(DATA begins)

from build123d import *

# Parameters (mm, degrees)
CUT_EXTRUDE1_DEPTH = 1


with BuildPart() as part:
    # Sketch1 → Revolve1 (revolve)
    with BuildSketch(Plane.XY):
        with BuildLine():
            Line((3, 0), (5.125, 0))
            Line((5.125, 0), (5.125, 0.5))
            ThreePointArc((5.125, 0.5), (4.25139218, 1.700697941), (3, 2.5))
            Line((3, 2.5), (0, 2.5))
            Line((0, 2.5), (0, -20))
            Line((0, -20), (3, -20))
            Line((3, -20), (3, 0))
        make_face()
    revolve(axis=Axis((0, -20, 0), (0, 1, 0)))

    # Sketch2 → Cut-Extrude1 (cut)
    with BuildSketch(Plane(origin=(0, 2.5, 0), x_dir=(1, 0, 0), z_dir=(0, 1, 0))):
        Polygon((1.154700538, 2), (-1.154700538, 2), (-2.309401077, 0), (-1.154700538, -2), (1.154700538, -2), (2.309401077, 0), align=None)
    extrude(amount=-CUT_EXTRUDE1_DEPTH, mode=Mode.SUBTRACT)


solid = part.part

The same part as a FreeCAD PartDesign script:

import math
import FreeCAD as App
import Part
import Sketcher
from FreeCAD import Vector
Q = App.Units.Quantity

doc = App.newDocument("Part")
body = doc.addObject("PartDesign::Body", "Body")

sketch1 = body.newObject("Sketcher::SketchObject", "Sketch")
sketch1.AttachmentSupport = (doc.getObject("XY_Plane"), [""])
sketch1.MapMode = "FlatFace"
sketch1.addGeometry(Part.LineSegment(Vector(3, 0, 0), Vector(5.1, 0, 0)), False)
sketch1.addGeometry(Part.LineSegment(Vector(5.1, 0, 0), Vector(5.1, 0.5, 0)), False)
sketch1.addGeometry(Part.ArcOfCircle(Part.Circle(Vector(1.5, -1.2, 0), Vector(0, 0, 1), 4), math.radians(25), math.radians(68)), False)
sketch1.addGeometry(Part.LineSegment(Vector(3, 2.5, 0), Vector(0, 2.5, 0)), False)
sketch1.addGeometry(Part.LineSegment(Vector(0, 2.5, 0), Vector(0, -20, 0)), False)
sketch1.addGeometry(Part.LineSegment(Vector(0, -20, 0), Vector(3, -20, 0)), False)
sketch1.addGeometry(Part.LineSegment(Vector(3, -20, 0), Vector(3, 0, 0)), False)
sketch1.addConstraint(Sketcher.Constraint("Coincident", 0, 2, 1, 1))
sketch1.addConstraint(Sketcher.Constraint("Coincident", 1, 2, 2, 1))
sketch1.addConstraint(Sketcher.Constraint("Coincident", 2, 2, 3, 1))
sketch1.addConstraint(Sketcher.Constraint("Coincident", 3, 2, 4, 1))
sketch1.addConstraint(Sketcher.Constraint("Coincident", 4, 2, 5, 1))
sketch1.addConstraint(Sketcher.Constraint("Coincident", 5, 2, 6, 1))
sketch1.addConstraint(Sketcher.Constraint("Coincident", 6, 2, 0, 1))
sketch1.addConstraint(Sketcher.Constraint("Horizontal", 0))
sketch1.addConstraint(Sketcher.Constraint("Vertical", 1))
sketch1.addConstraint(Sketcher.Constraint("Horizontal", 3))
sketch1.addConstraint(Sketcher.Constraint("Vertical", 4))
sketch1.addConstraint(Sketcher.Constraint("Horizontal", 5))
sketch1.addConstraint(Sketcher.Constraint("Vertical", 6))
sketch1.addConstraint(Sketcher.Constraint("PointOnObject", 0, 2, -1))
sketch1.addConstraint(Sketcher.Constraint("PointOnObject", 3, 2, -2))
sketch1.addConstraint(Sketcher.Constraint("Vertical", 2, 2, 5, 2))
sketch1.addConstraint(Sketcher.Constraint("Radius", 2, 4.0))
sketch1.addConstraint(Sketcher.Constraint("DistanceX", 3, 2, 3, 1, 3.0))
sketch1.addConstraint(Sketcher.Constraint("DistanceY", 6, 1, 6, 2, 20.0))
sketch1.addConstraint(Sketcher.Constraint("DistanceY", 1, 1, 1, 2, 0.5))
sketch1.addConstraint(Sketcher.Constraint("DistanceY", 4, 2, 4, 1, 22.5))
sketch1.addConstraint(Sketcher.Constraint("DistanceX", 0, 1, 0, 2, 2.125))
revolution = body.newObject("PartDesign::Revolution", "Revolution")
revolution.Profile = sketch1
revolution.ReferenceAxis = (sketch1, ["V_Axis"])
revolution.Angle = 360

sketch2 = body.newObject("Sketcher::SketchObject", "Sketch001")
sketch2.AttachmentSupport = (doc.getObject("XZ_Plane"), [""])
sketch2.MapMode = "FlatFace"
sketch2.AttachmentOffset = App.Placement(Vector(0, 0, -2.5), App.Rotation())
sketch2.addGeometry(Part.LineSegment(Vector(1.2, -2, 0), Vector(-1.2, -2, 0)), False)
sketch2.addGeometry(Part.LineSegment(Vector(-1.2, -2, 0), Vector(-2.3, 0, 0)), False)
sketch2.addGeometry(Part.LineSegment(Vector(-2.3, 0, 0), Vector(-1.2, 2, 0)), False)
sketch2.addGeometry(Part.LineSegment(Vector(-1.2, 2, 0), Vector(1.2, 2, 0)), False)
sketch2.addGeometry(Part.LineSegment(Vector(1.2, 2, 0), Vector(2.3, 0, 0)), False)
sketch2.addGeometry(Part.LineSegment(Vector(2.3, 0, 0), Vector(1.2, -2, 0)), False)
sketch2.addConstraint(Sketcher.Constraint("Coincident", 0, 2, 1, 1))
sketch2.addConstraint(Sketcher.Constraint("Coincident", 1, 2, 2, 1))
sketch2.addConstraint(Sketcher.Constraint("Coincident", 2, 2, 3, 1))
sketch2.addConstraint(Sketcher.Constraint("Coincident", 3, 2, 4, 1))
sketch2.addConstraint(Sketcher.Constraint("Coincident", 4, 2, 5, 1))
sketch2.addConstraint(Sketcher.Constraint("Coincident", 5, 2, 0, 1))
sketch2.addConstraint(Sketcher.Constraint("Horizontal", 0))
sketch2.addConstraint(Sketcher.Constraint("Horizontal", 3))
sketch2.addConstraint(Sketcher.Constraint("Symmetric", 0, 2, 3, 2, -1, 1))
sketch2.addConstraint(Sketcher.Constraint("Symmetric", 1, 2, 4, 2, -1, 1))
sketch2.addConstraint(Sketcher.Constraint("PointOnObject", 1, 2, -1))
sketch2.addConstraint(Sketcher.Constraint("Parallel", 2, 5))
sketch2.addConstraint(Sketcher.Constraint("Vertical", 0, 2, 2, 2))
sketch2.addConstraint(Sketcher.Constraint("Angle", 1, Q("120 deg")))
sketch2.addConstraint(Sketcher.Constraint("DistanceY", 0, 2, -1, 1, 2.0))
sketch2.addConstraint(Sketcher.Constraint("DistanceX", 0, 2, 0, 1, 2.309401))
pocket1 = body.newObject("PartDesign::Pocket", "Pocket")
pocket1.Profile = sketch2
pocket1.Length = 1
pocket1.Reversed = True

doc.recompute()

(DATA ends)

# HOW TO COMPLETE THIS TASK:
All of the material above must be transcribed exactly, with no line dropped.

# COMPLETED TASK:
from build123d import *

# Parameters (mm, degrees)
CUT_EXTRUDE1_DEPTH = 1


with BuildPart() as part:
    # Sketch1 → Revolve1 (revolve)
    with BuildSketch(Plane.XY):
        with BuildLine():
            Line((3, 0), (5.125, 0))
            Line((5.125, 0), (5.125, 0.5))
            ThreePointArc((5.125, 0.5), (4.25139218, 1.700697941), (3, 2.5))
            Line((3, 2.5), (0, 2.5))
            Line((0, 2.5), (0, -20))
            Line((0, -20), (3, -20))
            Line((3, -20), (3, 0))
        make_face()
    revolve(axis=Axis((0, -20, 0), (0, 1, 0)))

    # Sketch2 → Cut-Extrude1 (cut)
    with BuildSketch(Plane(origin=(0, 2.5, 0), x_dir=(1, 0, 0), z_dir=(0, 1, 0))):
        Polygon((1.154700538, 2), (-1.154700538, 2), (-2.309401077, 0), (-1.154700538, -2), (1.154700538, -2), (2.309401077, 0), align=None)
    extrude(amount=-CUT_EXTRUDE1_DEPTH, mode=Mode.SUBTRACT)


solid = part.part

The same part as a FreeCAD PartDesign script:

import math
import FreeCAD as App
import Part
import Sketcher
from FreeCAD import Vector
Q = App.Units.Quantity

doc = App.newDocument("Part")
body = doc.addObject("PartDesign::Body", "Body")

sketch1 = body.newObject("Sketcher::SketchObject", "Sketch")
sketch1.AttachmentSupport = (doc.getObject("XY_Plane"), [""])
sketch1.MapMode = "FlatFace"
sketch1.addGeometry(Part.LineSegment(Vector(3, 0, 0), Vector(5.1, 0, 0)), False)
sketch1.addGeometry(Part.LineSegment(Vector(5.1, 0, 0), Vector(5.1, 0.5, 0)), False)
sketch1.addGeometry(Part.ArcOfCircle(Part.Circle(Vector(1.5, -1.2, 0), Vector(0, 0, 1), 4), math.radians(25), math.radians(68)), False)
sketch1.addGeometry(Part.LineSegment(Vector(3, 2.5, 0), Vector(0, 2.5, 0)), False)
sketch1.addGeometry(Part.LineSegment(Vector(0, 2.5, 0), Vector(0, -20, 0)), False)
sketch1.addGeometry(Part.LineSegment(Vector(0, -20, 0), Vector(3, -20, 0)), False)
sketch1.addGeometry(Part.LineSegment(Vector(3, -20, 0), Vector(3, 0, 0)), False)
sketch1.addConstraint(Sketcher.Constraint("Coincident", 0, 2, 1, 1))
sketch1.addConstraint(Sketcher.Constraint("Coincident", 1, 2, 2, 1))
sketch1.addConstraint(Sketcher.Constraint("Coincident", 2, 2, 3, 1))
sketch1.addConstraint(Sketcher.Constraint("Coincident", 3, 2, 4, 1))
sketch1.addConstraint(Sketcher.Constraint("Coincident", 4, 2, 5, 1))
sketch1.addConstraint(Sketcher.Constraint("Coincident", 5, 2, 6, 1))
sketch1.addConstraint(Sketcher.Constraint("Coincident", 6, 2, 0, 1))
sketch1.addConstraint(Sketcher.Constraint("Horizontal", 0))
sketch1.addConstraint(Sketcher.Constraint("Vertical", 1))
sketch1.addConstraint(Sketcher.Constraint("Horizontal", 3))
sketch1.addConstraint(Sketcher.Constraint("Vertical", 4))
sketch1.addConstraint(Sketcher.Constraint("Horizontal", 5))
sketch1.addConstraint(Sketcher.Constraint("Vertical", 6))
sketch1.addConstraint(Sketcher.Constraint("PointOnObject", 0, 2, -1))
sketch1.addConstraint(Sketcher.Constraint("PointOnObject", 3, 2, -2))
sketch1.addConstraint(Sketcher.Constraint("Vertical", 2, 2, 5, 2))
sketch1.addConstraint(Sketcher.Constraint("Radius", 2, 4.0))
sketch1.addConstraint(Sketcher.Constraint("DistanceX", 3, 2, 3, 1, 3.0))
sketch1.addConstraint(Sketcher.Constraint("DistanceY", 6, 1, 6, 2, 20.0))
sketch1.addConstraint(Sketcher.Constraint("DistanceY", 1, 1, 1, 2, 0.5))
sketch1.addConstraint(Sketcher.Constraint("DistanceY", 4, 2, 4, 1, 22.5))
sketch1.addConstraint(Sketcher.Constraint("DistanceX", 0, 1, 0, 2, 2.125))
revolution = body.newObject("PartDesign::Revolution", "Revolution")
revolution.Profile = sketch1
revolution.ReferenceAxis = (sketch1, ["V_Axis"])
revolution.Angle = 360

sketch2 = body.newObject("Sketcher::SketchObject", "Sketch001")
sketch2.AttachmentSupport = (doc.getObject("XZ_Plane"), [""])
sketch2.MapMode = "FlatFace"
sketch2.AttachmentOffset = App.Placement(Vector(0, 0, -2.5), App.Rotation())
sketch2.addGeometry(Part.LineSegment(Vector(1.2, -2, 0), Vector(-1.2, -2, 0)), False)
sketch2.addGeometry(Part.LineSegment(Vector(-1.2, -2, 0), Vector(-2.3, 0, 0)), False)
sketch2.addGeometry(Part.LineSegment(Vector(-2.3, 0, 0), Vector(-1.2, 2, 0)), False)
sketch2.addGeometry(Part.LineSegment(Vector(-1.2, 2, 0), Vector(1.2, 2, 0)), False)
sketch2.addGeometry(Part.LineSegment(Vector(1.2, 2, 0), Vector(2.3, 0, 0)), False)
sketch2.addGeometry(Part.LineSegment(Vector(2.3, 0, 0), Vector(1.2, -2, 0)), False)
sketch2.addConstraint(Sketcher.Constraint("Coincident", 0, 2, 1, 1))
sketch2.addConstraint(Sketcher.Constraint("Coincident", 1, 2, 2, 1))
sketch2.addConstraint(Sketcher.Constraint("Coincident", 2, 2, 3, 1))
sketch2.addConstraint(Sketcher.Constraint("Coincident", 3, 2, 4, 1))
sketch2.addConstraint(Sketcher.Constraint("Coincident", 4, 2, 5, 1))
sketch2.addConstraint(Sketcher.Constraint("Coincident", 5, 2, 0, 1))
sketch2.addConstraint(Sketcher.Constraint("Horizontal", 0))
sketch2.addConstraint(Sketcher.Constraint("Horizontal", 3))
sketch2.addConstraint(Sketcher.Constraint("Symmetric", 0, 2, 3, 2, -1, 1))
sketch2.addConstraint(Sketcher.Constraint("Symmetric", 1, 2, 4, 2, -1, 1))
sketch2.addConstraint(Sketcher.Constraint("PointOnObject", 1, 2, -1))
sketch2.addConstraint(Sketcher.Constraint("Parallel", 2, 5))
sketch2.addConstraint(Sketcher.Constraint("Vertical", 0, 2, 2, 2))
sketch2.addConstraint(Sketcher.Constraint("Angle", 1, Q("120 deg")))
sketch2.addConstraint(Sketcher.Constraint("DistanceY", 0, 2, -1, 1, 2.0))
sketch2.addConstraint(Sketcher.Constraint("DistanceX", 0, 2, 0, 1, 2.309401))
pocket1 = body.newObject("PartDesign::Pocket", "Pocket")
pocket1.Profile = sketch2
pocket1.Length = 1
pocket1.Reversed = True

doc.recompute()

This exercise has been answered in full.